Most films about the college experience truck with overdrinkers, stoners, horny frat boys and kids who just want to have fun. To hell with academic pursuits. These youngsters are here to party! Everyone else is a nerd. If you believe these tropes, American universities are rivers that flow with beer and semen. Throw in a scared freshman, stir with a cocktail and a hyperaware co-ed, and by the end of the film we see the ascendency to man unfold before our very eyes.
In Shithouse, Cooper Raiff stars as Alex, a freshman who struggles not only with the aforementioned tropes at a Los Angeles college, but also with his classes and the separation from his mother and sister. Raiff, who also directed, wrote the script and produced the movie, plays Alex with a level of naiveté that is both cloying and endearing. He feels out of sorts at parties, struggles with his crass, stoner roommate and takes most of his meals alone. Alex calls his mom quite often for advice and spends lonely evenings cuddling with a stuffed toy. A far cry from Animal House this is.
Then Alex meets Maggie (Dylan Gelula), the resident assistant from his dorm, at a party at the place his classmates call the shithouse. Here the movie pushes away from fish-out-of-water comedy into a more serious Linklaterian conversation as Alex and Maggie connect and appear to take a shine to one another. This shift, from vomit jokes to a fairly lengthy D+M conversation feels jarring, but there is an earnest energy here that makes it hard to write off completely.
For all of Alex’s puppy-dog tendencies, Maggie is a perfect foil, coming off cool and distant. After a failed sexual encounter at the party with another boy, Maggie invites Alex back to her room. There, they share feelings about their families and mortality, as Maggie’s pet turtle has just died. This sends the pair out into the night where they meander and talk. And while they do mine towards some interesting revelations, Raiff’s dialogue sometimes gets in the way of a good movie. Exhibit A: “death is ass.” Both actors are likable, especially Gelula who adroitly switches from Maggie’s tender interior to prickly exterior.

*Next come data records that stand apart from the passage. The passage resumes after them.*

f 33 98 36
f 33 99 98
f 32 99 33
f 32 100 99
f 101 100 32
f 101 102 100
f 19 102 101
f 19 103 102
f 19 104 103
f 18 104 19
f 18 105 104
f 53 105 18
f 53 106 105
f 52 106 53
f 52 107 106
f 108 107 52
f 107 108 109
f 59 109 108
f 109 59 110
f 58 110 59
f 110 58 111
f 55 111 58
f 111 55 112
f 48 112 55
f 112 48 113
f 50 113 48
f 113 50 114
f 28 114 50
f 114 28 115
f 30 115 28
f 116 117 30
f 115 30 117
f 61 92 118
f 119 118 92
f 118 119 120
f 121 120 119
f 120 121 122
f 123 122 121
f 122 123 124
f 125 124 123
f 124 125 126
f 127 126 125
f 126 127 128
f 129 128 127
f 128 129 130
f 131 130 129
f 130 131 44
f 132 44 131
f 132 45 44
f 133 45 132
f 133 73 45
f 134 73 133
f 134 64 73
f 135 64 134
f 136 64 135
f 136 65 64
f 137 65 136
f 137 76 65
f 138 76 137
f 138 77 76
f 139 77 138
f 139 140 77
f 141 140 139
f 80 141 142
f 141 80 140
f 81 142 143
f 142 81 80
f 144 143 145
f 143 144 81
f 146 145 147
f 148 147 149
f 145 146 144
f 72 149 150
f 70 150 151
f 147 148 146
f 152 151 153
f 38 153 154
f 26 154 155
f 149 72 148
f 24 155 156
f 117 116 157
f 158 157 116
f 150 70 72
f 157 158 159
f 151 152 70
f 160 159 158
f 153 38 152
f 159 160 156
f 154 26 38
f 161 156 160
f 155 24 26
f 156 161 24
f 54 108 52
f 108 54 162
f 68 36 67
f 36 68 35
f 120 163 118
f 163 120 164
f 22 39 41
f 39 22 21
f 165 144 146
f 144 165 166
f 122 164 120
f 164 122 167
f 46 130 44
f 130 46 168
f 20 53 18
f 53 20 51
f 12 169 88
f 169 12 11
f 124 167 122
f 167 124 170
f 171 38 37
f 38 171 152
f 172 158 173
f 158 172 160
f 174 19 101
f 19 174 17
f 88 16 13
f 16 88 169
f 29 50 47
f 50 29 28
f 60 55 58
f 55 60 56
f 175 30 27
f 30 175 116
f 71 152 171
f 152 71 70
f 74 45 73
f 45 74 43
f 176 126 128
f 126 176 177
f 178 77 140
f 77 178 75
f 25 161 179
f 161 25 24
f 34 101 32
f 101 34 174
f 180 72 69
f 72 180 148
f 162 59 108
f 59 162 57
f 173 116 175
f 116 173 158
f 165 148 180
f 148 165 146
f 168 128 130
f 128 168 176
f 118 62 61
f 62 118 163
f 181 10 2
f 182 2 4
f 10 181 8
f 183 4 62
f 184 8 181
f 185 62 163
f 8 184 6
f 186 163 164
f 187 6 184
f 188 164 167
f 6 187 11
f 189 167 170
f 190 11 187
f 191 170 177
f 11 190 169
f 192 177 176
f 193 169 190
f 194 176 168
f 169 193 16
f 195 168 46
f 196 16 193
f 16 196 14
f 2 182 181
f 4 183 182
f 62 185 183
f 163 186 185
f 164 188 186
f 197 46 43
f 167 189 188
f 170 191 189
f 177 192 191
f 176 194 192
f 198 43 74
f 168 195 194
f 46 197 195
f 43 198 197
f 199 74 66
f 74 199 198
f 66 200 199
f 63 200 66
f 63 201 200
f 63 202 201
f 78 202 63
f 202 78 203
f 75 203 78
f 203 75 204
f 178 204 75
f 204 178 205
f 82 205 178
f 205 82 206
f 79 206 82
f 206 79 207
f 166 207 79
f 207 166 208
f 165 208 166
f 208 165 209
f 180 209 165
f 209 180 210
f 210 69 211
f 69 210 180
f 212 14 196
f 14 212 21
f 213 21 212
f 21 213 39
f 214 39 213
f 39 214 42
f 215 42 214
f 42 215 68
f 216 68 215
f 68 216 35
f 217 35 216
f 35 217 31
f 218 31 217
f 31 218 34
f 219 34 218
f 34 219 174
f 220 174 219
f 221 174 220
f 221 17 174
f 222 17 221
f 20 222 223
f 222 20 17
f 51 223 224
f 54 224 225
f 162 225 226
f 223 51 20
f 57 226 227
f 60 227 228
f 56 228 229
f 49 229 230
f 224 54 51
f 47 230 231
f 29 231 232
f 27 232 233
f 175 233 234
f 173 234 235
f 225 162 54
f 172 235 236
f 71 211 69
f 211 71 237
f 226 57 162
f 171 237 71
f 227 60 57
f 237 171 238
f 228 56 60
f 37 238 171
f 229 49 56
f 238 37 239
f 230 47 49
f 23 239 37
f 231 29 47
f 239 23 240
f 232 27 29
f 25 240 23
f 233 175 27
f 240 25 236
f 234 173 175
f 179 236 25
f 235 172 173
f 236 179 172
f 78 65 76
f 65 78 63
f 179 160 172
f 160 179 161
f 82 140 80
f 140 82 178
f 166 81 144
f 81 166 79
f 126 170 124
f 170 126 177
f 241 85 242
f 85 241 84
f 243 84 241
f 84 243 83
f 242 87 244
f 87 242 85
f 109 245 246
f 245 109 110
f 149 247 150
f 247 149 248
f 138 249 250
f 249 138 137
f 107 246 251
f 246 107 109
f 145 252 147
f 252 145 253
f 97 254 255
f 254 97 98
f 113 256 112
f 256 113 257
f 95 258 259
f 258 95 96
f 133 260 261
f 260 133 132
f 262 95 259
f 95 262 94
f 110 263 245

At this point, the movie is only halfway finished. The next morning, Maggie is aloof and wants Alex to leave. Smitten and confused, Alex sends her multiple messages on Instagram throughout the day. Raiff loses the thread as Alex tries to discover why Maggie is no longer interested, pushing the second hour towards an ill-advised coda that feels totally tacked on. Shithouse, despite its crappy title, is alternatingly charming and frustrating. Our choices for first-run movies are pretty limited right now and if you’re looking for a wide-eyed tale of first love, you could do much worse. Just don’t expect John Belushi.